--- START ---

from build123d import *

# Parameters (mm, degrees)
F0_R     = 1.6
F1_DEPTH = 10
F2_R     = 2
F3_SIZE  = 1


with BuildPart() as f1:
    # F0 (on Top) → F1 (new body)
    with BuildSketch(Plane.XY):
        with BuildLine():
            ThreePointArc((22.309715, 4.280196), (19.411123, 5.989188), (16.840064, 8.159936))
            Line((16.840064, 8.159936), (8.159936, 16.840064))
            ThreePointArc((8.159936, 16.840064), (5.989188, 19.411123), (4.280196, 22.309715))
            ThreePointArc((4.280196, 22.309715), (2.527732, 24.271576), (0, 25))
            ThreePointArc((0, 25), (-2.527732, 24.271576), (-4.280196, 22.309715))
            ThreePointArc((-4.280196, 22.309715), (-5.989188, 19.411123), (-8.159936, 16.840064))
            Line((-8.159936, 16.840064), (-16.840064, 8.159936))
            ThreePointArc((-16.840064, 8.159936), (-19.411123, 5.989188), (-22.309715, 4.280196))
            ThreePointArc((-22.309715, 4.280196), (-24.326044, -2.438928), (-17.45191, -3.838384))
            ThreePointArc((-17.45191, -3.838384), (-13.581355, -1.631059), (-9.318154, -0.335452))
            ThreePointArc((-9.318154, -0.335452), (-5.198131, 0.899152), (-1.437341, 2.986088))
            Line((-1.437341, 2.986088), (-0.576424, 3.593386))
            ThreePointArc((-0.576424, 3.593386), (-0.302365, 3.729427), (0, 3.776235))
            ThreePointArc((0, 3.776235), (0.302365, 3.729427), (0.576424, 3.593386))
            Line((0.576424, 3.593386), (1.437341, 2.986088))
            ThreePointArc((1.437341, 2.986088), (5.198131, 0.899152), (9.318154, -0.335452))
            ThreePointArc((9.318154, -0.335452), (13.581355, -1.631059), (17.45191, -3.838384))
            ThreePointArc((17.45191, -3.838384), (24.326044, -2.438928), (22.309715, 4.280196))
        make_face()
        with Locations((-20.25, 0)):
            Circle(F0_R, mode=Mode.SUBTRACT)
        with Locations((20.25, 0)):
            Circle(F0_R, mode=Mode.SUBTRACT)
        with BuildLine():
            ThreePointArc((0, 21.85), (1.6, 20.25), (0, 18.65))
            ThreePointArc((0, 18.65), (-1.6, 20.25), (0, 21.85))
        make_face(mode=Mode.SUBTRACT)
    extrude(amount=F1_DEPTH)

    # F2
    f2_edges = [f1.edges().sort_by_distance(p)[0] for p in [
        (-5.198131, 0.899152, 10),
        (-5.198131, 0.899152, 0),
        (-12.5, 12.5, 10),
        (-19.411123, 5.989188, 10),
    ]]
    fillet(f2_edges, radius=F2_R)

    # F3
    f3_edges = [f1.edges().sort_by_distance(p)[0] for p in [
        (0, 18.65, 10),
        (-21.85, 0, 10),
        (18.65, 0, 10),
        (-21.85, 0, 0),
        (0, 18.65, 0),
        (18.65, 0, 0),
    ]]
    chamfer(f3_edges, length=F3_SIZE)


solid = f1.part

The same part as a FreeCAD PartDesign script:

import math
import FreeCAD as App
import Part
import Sketcher

V = App.Vector


def edges_at(feature, points):
    """Names of the edges that pass closest to the given points."""
    edges = feature.Shape.Edges
    near = lambda p: min(range(len(edges)), key=lambda i: edges[i].distToShape(Part.Vertex(*p))[0])
    return sorted({f"Edge{near(p) + 1}" for p in points})

doc = App.newDocument("Part")
body = doc.addObject("PartDesign::Body", "Body")

sketch1 = body.newObject("Sketcher::SketchObject", "Sketch")
sketch1.AttachmentSupport = (doc.getObject("XY_Plane"), [""])
sketch1.MapMode = "FlatFace"
sketch1.addGeometry([
    Part.ArcOfCircle(Part.Circle(V(30.982208, 22.302085, 0), V(0, 0, 1), 20.000015), math.radians(-134.99999), math.radians(-115.69779)),
    Part.LineSegment(V(16.840064, 8.159936, 0), V(8.159936, 16.840064, 0)),
    Part.ArcOfCircle(Part.Circle(V(22.302085, 30.982208, 0), V(0, 0, 1), 20.000015), math.radians(-154.30221), math.radians(-135.00001)),
    Part.ArcOfCircle(Part.Circle(V(0.000001, 20.25, 0), V(0, 0, 1), 4.75), math.radians(25.697781), math.radians(90.000007)),
    Part.ArcOfCircle(Part.Circle(V(-0.000001, 20.25, 0), V(0, 0, 1), 4.75), math.radians(89.999993), math.radians(154.302219)),
    Part.ArcOfCircle(Part.Circle(V(-22.302085, 30.982208, 0), V(0, 0, 1), 20.000015), math.radians(-44.99999), math.radians(-25.69779)),
    Part.LineSegment(V(-8.159936, 16.840064, 0), V(-16.840064, 8.159936, 0)),
    Part.ArcOfCircle(Part.Circle(V(-30.982208, 22.302085, 0), V(0, 0, 1), 20.000015), math.radians(-64.30221), math.radians(-45.00001)),
    Part.ArcOfCircle(Part.Circle(V(-20.25, 0, 0), V(0, 0, 1), 4.75), math.radians(115.697777), math.radians(306.091156)),
    Part.ArcOfCircle(Part.Circle(V(-5.670473, -20.00001, 0), V(0, 0, 1), 20.000011), math.radians(100.50865), math.radians(126.09115)),
    Part.ArcOfCircle(Part.Circle(V(-12.965829, 19.329091, 0), V(0, 0, 1), 19.999994), math.radians(-79.49136), math.radians(-54.800544)),
    Part.LineSegment(V(-1.437341, 2.986088, 0), V(-0.576424, 3.593386, 0)),
    Part.ArcOfCircle(Part.Circle(V(0.000002, 2.776229, 0), V(0, 0, 1), 1.000006), math.radians(90.000096), math.radians(125.199279)),
    Part.ArcOfCircle(Part.Circle(V(-0.000002, 2.776229, 0), V(0, 0, 1), 1.000006), math.radians(54.800721), math.radians(89.999904)),
    Part.LineSegment(V(0.576424, 3.593386, 0), V(1.437341, 2.986088, 0)),
    Part.ArcOfCircle(Part.Circle(V(12.965829, 19.329091, 0), V(0, 0, 1), 19.999994), math.radians(-125.199456), math.radians(-100.50864)),
    Part.ArcOfCircle(Part.Circle(V(5.670473, -20.00001, 0), V(0, 0, 1), 20.000011), math.radians(53.90885), math.radians(79.49135)),
    Part.ArcOfCircle(Part.Circle(V(20.25, 0, 0), V(0, 0, 1), 4.75), math.radians(-126.091156), math.radians(64.302223)),
    Part.Circle(V(-20.25, 0, 0), V(0, 0, 1), 1.6),
    Part.Circle(V(20.25, 0, 0), V(0, 0, 1), 1.6),
    Part.Circle(V(0, 20.25, 0), V(0, 0, 1), 1.6),
], False)
sketch1.addConstraint([
    Sketcher.Constraint("Tangent", 0, 1, 1, 1),
    Sketcher.Constraint("Tangent", 1, 2, 2, 2),
    Sketcher.Constraint("Tangent", 2, 1, 3, 1),
    Sketcher.Constraint("Tangent", 3, 2, 4, 1),
    Sketcher.Constraint("Tangent", 4, 2, 5, 2),
    Sketcher.Constraint("Tangent", 5, 1, 6, 1),
    Sketcher.Constraint("Tangent", 6, 2, 7, 2),
    Sketcher.Constraint("Tangent", 7, 1, 8, 1),
    Sketcher.Constraint("Tangent", 8, 2, 9, 2),
    Sketcher.Constraint("Tangent", 9, 1, 10, 1),
    Sketcher.Constraint("Tangent", 10, 2, 11, 1),
    Sketcher.Constraint("Coincident", 11, 2, 12, 2),
    Sketcher.Constraint("Coincident", 12, 1, 13, 2),
    Sketcher.Constraint("Coincident", 13, 1, 14, 1),
    Sketcher.Constraint("Tangent", 14, 2, 15, 1),
    Sketcher.Constraint("Tangent", 15, 2, 16, 2),
    Sketcher.Constraint("Tangent", 16, 1, 17, 1),
    Sketcher.Constraint("Tangent", 17, 2, 0, 2),
    Sketcher.Constraint("Coincident", 13, 3, 12, 3),
    Sketcher.Constraint("Coincident", 18, 3, 8, 3),
    Sketcher.Constraint("Coincident", 19, 3, 17, 3),
    Sketcher.Constraint("Coincident", 20, 3, 3, 3),
    Sketcher.Constraint("Equal", 0, 2),
    Sketcher.Constraint("Equal", 3, 4),
    Sketcher.Constraint("Equal", 2, 5),
    Sketcher.Constraint("Equal", 5, 7),
    Sketcher.Constraint("Equal", 4, 8),
    Sketcher.Constraint("Equal", 10, 15),
    Sketcher.Constraint("Equal", 9, 16),
    Sketcher.Constraint("Equal", 8, 17),
    Sketcher.Constraint("Equal", 18, 19),
    Sketcher.Constraint("Equal", 19, 20),
    Sketcher.Constraint("Symmetric", 8, 3, 17, 3, -1, 1),
    Sketcher.Constraint("Symmetric", 2, 3, 5, 3, -2),
    Sketcher.Constraint("Symmetric", 0, 3, 7, 3, -2),
    Sketcher.Constraint("Symmetric", 10, 3, 15, 3, -2),
    Sketcher.Constraint("Symmetric", 11, 2, 13, 1, -2),
    Sketcher.Constraint("PointOnObject", 3, 2, -2),
    Sketcher.Constraint("PointOnObject", 12, 1, -2),
    Sketcher.Constraint("Perpendicular", 1, 6),
    Sketcher.Constraint("Diameter", 18, 3.2),
    Sketcher.Constraint("Radius", 3, 4.75),
    Sketcher.Constraint("DistanceY", -1, 1, 3, 2, 25.0),
    Sketcher.Constraint("DistanceX", 8, 3, -1, 1, 20.25),
    Sketcher.Constraint("Radius", 9, 20.000011),
    Sketcher.Constraint("Radius", 0, 20.000015),
    Sketcher.Constraint("Radius", 10, 19.999994),
    Sketcher.Constraint("Radius", 12, 1.000006),
    Sketcher.Constraint("DistanceY", 16, 3, 15, 3, 39.329101),
    Sketcher.Constraint("DistanceY", 10, 2, 11, 2, 0.607298),
    Sketcher.Constraint("Distance", 11, 1.05356),
    Sketcher.Constraint("DistanceX", -1, 1, 0, 3, 30.982208),
    Sketcher.Constraint("DistanceY", 9, 3, -1, 1, 20.00001),
])
pad1 = body.newObject("PartDesign::Pad", "Pad")
pad1.Profile = sketch1
pad1.Length = 10
doc.recompute()

fillet = body.newObject("PartDesign::Fillet", "Fillet")
fillet.Base = (pad1, edges_at(pad1, [
    (-5.198, 0.899, 10),
    (-5.198, 0.899, 0),
    (-12.5, 12.5, 10),
    (-19.411, 5.989, 10),
]))
fillet.Radius = 2
doc.recompute()

chamfer = body.newObject("PartDesign::Chamfer", "Chamfer")
chamfer.Base = (fillet, edges_at(fillet, [
    (0, 21.85, 10),
    (-21.85, 0, 10),
    (18.65, 0, 10),
    (-21.85, 0, 0),
    (0, 21.85, 0),
    (18.65, 0, 0),
]))
chamfer.Size = 1

doc.recompute()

--- END ---

> Problem requirements
Output, from the data above, the lines from the line with "19.411123), (-8.159936, 16.840064))" to the line with "chamfer(f3_edges, length=F3_SIZE)" exactly as they stand, both ends included and nothing else.

> Finished task
            ThreePointArc((-4.280196, 22.309715), (-5.989188, 19.411123), (-8.159936, 16.840064))
            Line((-8.159936, 16.840064), (-16.840064, 8.159936))
            ThreePointArc((-16.840064, 8.159936), (-19.411123, 5.989188), (-22.309715, 4.280196))
            ThreePointArc((-22.309715, 4.280196), (-24.326044, -2.438928), (-17.45191, -3.838384))
            ThreePointArc((-17.45191, -3.838384), (-13.581355, -1.631059), (-9.318154, -0.335452))
            ThreePointArc((-9.318154, -0.335452), (-5.198131, 0.899152), (-1.437341, 2.986088))
            Line((-1.437341, 2.986088), (-0.576424, 3.593386))
            ThreePointArc((-0.576424, 3.593386), (-0.302365, 3.729427), (0, 3.776235))
            ThreePointArc((0, 3.776235), (0.302365, 3.729427), (0.576424, 3.593386))
            Line((0.576424, 3.593386), (1.437341, 2.986088))
            ThreePointArc((1.437341, 2.986088), (5.198131, 0.899152), (9.318154, -0.335452))
            ThreePointArc((9.318154, -0.335452), (13.581355, -1.631059), (17.45191, -3.838384))
            ThreePointArc((17.45191, -3.838384), (24.326044, -2.438928), (22.309715, 4.280196))
        make_face()
        with Locations((-20.25, 0)):
            Circle(F0_R, mode=Mode.SUBTRACT)
        with Locations((20.25, 0)):
            Circle(F0_R, mode=Mode.SUBTRACT)
        with BuildLine():
            ThreePointArc((0, 21.85), (1.6, 20.25), (0, 18.65))
            ThreePointArc((0, 18.65), (-1.6, 20.25), (0, 21.85))
        make_face(mode=Mode.SUBTRACT)
    extrude(amount=F1_DEPTH)

    # F2
    f2_edges = [f1.edges().sort_by_distance(p)[0] for p in [
        (-5.198131, 0.899152, 10),
        (-5.198131, 0.899152, 0),
        (-12.5, 12.5, 10),
        (-19.411123, 5.989188, 10),
    ]]
    fillet(f2_edges, radius=F2_R)

    # F3
    f3_edges = [f1.edges().sort_by_distance(p)[0] for p in [
        (0, 18.65, 10),
        (-21.85, 0, 10),
        (18.65, 0, 10),
        (-21.85, 0, 0),
        (0, 18.65, 0),
        (18.65, 0, 0),
    ]]
    chamfer(f3_edges, length=F3_SIZE)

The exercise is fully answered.